Une ressource historique à la fois agricole et industrielle
Levystone souligne l’importance historique du coton, dont les premières traces remontent à la vallée de l’Indus au Ve millénaire avant notre ère. Aujourd’hui, la production mondiale est dominée par le « cotonnier créole » et le « cotonnier mexicain », représentant plus de 90 % du coton cultivé.
Le coton est unique car il relie le secteur agricole et industriel, agissant comme un pont entre production primaire et transformation. L’ouvrage évoque également comment la Révolution industrielle, entre 1760 et 1840, a redessiné les rapports sociaux et économiques, faisant de la Grande-Bretagne le premier empire cotonnier de l’histoire.
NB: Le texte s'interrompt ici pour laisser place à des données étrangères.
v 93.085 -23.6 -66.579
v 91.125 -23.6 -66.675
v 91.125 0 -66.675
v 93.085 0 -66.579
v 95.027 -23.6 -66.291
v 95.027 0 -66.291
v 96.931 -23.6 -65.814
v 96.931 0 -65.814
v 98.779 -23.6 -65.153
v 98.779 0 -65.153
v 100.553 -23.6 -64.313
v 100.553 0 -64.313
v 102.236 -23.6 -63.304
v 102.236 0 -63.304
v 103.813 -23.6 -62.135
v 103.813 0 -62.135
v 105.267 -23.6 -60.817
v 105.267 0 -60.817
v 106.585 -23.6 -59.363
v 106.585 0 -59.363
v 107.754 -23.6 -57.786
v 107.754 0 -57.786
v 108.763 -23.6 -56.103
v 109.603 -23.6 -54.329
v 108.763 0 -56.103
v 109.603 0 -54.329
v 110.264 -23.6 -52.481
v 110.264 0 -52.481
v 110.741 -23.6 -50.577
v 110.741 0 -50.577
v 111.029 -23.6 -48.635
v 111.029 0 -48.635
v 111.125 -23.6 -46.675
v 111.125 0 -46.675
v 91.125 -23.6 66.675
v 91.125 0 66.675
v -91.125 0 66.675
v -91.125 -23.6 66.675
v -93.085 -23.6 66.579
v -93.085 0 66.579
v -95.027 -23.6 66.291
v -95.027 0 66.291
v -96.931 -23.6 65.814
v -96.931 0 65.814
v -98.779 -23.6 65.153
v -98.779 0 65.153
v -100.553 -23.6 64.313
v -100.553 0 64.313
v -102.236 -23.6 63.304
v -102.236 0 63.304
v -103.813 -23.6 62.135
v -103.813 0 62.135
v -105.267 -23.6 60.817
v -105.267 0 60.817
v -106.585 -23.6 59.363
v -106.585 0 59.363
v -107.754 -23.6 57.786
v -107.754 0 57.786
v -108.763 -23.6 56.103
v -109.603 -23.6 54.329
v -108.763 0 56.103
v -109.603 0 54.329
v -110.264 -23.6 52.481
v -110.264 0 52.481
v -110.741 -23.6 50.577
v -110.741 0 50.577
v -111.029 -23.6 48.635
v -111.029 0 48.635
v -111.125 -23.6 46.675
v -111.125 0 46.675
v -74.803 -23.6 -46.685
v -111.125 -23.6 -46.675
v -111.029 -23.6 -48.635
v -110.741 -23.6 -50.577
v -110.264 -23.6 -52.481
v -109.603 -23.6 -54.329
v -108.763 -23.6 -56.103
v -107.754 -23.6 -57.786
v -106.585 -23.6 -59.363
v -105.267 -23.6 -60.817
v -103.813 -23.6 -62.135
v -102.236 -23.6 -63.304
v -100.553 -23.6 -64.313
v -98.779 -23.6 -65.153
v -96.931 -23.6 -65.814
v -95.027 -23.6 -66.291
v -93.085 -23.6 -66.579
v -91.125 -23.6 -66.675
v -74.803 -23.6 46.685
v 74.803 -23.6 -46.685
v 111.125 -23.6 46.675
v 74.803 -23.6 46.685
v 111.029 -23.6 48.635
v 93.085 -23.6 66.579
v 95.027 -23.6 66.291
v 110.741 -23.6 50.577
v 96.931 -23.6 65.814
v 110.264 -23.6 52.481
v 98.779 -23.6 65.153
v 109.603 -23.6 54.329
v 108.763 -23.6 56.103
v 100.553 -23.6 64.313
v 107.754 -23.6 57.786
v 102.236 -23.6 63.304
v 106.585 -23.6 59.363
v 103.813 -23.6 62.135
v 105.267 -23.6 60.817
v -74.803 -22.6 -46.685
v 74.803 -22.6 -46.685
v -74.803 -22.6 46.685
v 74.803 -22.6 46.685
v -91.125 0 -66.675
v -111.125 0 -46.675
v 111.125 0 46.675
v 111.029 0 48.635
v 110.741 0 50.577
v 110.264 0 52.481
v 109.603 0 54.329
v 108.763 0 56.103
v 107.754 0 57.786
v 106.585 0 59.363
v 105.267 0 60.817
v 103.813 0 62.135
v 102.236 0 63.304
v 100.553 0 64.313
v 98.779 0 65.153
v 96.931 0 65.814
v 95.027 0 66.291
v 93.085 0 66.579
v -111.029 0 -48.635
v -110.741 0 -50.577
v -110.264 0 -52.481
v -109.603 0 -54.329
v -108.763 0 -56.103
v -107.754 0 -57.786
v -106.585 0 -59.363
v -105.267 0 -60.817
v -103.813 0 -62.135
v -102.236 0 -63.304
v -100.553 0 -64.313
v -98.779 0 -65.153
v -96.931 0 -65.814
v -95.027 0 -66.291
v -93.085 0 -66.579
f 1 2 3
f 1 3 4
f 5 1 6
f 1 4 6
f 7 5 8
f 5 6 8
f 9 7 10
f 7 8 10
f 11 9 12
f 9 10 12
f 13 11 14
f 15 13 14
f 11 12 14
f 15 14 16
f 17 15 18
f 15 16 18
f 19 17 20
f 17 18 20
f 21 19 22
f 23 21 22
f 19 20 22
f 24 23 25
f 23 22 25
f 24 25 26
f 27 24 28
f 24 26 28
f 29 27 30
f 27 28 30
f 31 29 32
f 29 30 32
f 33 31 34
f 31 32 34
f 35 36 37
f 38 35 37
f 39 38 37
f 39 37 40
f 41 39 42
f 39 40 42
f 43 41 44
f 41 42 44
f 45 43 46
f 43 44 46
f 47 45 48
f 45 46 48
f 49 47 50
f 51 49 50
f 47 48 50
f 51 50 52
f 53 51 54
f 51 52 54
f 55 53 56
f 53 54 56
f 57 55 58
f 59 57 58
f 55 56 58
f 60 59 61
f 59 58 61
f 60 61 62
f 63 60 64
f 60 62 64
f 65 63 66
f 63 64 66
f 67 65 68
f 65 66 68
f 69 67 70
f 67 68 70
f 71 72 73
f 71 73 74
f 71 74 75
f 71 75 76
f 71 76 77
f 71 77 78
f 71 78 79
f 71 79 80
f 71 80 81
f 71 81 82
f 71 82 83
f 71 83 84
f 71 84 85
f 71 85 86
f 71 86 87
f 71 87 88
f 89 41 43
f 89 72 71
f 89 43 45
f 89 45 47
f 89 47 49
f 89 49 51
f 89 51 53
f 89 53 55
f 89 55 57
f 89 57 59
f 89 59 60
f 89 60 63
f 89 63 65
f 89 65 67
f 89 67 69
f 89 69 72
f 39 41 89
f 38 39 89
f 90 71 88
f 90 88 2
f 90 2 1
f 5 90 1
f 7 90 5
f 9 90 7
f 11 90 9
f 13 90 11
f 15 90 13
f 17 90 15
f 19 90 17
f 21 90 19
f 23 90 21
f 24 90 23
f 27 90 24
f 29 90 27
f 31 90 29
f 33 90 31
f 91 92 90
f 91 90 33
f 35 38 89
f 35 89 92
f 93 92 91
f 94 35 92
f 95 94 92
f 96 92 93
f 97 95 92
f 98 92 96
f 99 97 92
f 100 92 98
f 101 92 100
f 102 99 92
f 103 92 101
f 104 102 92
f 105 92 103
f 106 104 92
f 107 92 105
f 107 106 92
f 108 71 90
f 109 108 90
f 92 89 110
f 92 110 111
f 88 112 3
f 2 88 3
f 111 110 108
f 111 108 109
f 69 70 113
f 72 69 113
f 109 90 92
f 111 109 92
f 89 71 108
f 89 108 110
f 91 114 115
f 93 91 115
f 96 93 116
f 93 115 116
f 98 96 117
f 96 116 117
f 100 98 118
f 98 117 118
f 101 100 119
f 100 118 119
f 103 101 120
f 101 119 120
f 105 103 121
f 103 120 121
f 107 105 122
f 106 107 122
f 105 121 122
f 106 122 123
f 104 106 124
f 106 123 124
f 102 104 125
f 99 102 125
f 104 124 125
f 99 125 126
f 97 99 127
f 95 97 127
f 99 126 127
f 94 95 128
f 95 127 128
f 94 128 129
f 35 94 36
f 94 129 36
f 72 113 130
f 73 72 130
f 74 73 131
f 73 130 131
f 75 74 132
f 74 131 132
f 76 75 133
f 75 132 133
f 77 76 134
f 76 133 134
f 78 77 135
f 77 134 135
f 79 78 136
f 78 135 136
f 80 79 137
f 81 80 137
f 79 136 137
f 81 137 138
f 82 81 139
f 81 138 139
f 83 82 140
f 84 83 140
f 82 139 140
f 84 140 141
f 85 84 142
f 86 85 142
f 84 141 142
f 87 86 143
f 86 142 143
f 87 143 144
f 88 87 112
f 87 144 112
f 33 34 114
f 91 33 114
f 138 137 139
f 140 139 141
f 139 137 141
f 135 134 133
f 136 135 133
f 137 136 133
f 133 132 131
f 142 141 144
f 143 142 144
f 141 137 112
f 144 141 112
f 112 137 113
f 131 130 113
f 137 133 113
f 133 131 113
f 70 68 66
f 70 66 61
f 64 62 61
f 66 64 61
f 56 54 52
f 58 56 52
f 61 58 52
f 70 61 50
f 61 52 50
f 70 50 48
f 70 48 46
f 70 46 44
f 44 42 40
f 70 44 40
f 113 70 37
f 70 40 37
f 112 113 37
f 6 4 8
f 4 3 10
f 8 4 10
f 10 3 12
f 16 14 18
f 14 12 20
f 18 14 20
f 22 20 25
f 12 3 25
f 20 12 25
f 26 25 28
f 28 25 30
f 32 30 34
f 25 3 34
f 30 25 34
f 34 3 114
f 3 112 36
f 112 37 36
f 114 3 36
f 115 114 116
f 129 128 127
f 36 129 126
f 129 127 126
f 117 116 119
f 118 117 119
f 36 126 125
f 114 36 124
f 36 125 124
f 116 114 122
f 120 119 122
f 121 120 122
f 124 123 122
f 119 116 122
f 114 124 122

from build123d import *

# Parameters (mm, degrees)
F1_DEPTH = 23.6
F2_W     = 149.606
F2_H     = 93.3704
F3_DEPTH = 1


with BuildPart() as f1:
    # F0 (on Front) → F1 (new body)
    with BuildSketch(Plane.XZ):
        with BuildLine():
            Line((91.125, 66.675), (-91.125, 66.675))
            ThreePointArc((-91.125, 66.675), (-105.267136, 60.817136), (-111.125, 46.675))
            Line((-111.125, 46.675), (-111.125, -46.675))
            ThreePointArc((-111.125, -46.675), (-105.267136, -60.817136), (-91.125, -66.675))
            Line((-91.125, -66.675), (91.125, -66.675))
            ThreePointArc((91.125, -66.675), (105.267136, -60.817136), (111.125, -46.675))
            Line((111.125, -46.675), (111.125, 46.675))
            ThreePointArc((111.125, 46.675), (105.267136, 60.817136), (91.125, 66.675))
        make_face()
    extrude(amount=F1_DEPTH)

    # F2 (on face) → F3 (cut)
    with BuildSketch(Plane.XZ.offset(23.6)):
        Rectangle(F2_W, F2_H)
    extrude(amount=-F3_DEPTH, mode=Mode.SUBTRACT)


solid = f1.part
Flux et de reflux commerciaux : mondialisation, souveraineté et innovations
Levystone démontre que la géopolitique du coton est pertinente aujourd’hui, éclairant les débats sur la souveraineté économique et les chaînes d’approvisionnement. La Chine et l’Inde dominent le secteur, représentant près de la moitié de la production mondiale. Le coton est cultivé dans un pays, transformé dans un autre et vendu sur un troisième continent, illustrant les mécanismes de la mondialisation.
Les enjeux environnementaux sont également centraux dans l’analyse. Le coton nécessite environ 10 000 litres d’eau pour produire 1 kg, et un simple tee-shirt en nécessite environ 2 500 litres. Cette ressource pose des défis géopolitiques, notamment en raison des choix agricoles historiques, comme la monoculture en Asie centrale.
Le livre invite à réfléchir à la durabilité du coton, soulignant que l’innovation est essentielle pour réduire les risques environnementaux. Le coton demeure la culture végétale la plus utilisée par l’industrie textile mondiale, incitant à repenser ses modes de production.
En conclusion, Levystone démontre que le coton est bien plus qu’une simple plante ; il représente un outil géopolitique majeur. L’ouvrage met en lumière les interactions entre mondialisation, souveraineté économique et transition écologique, bien qu’il manque d’appareils cartographiques pour illustrer ces dynamiques.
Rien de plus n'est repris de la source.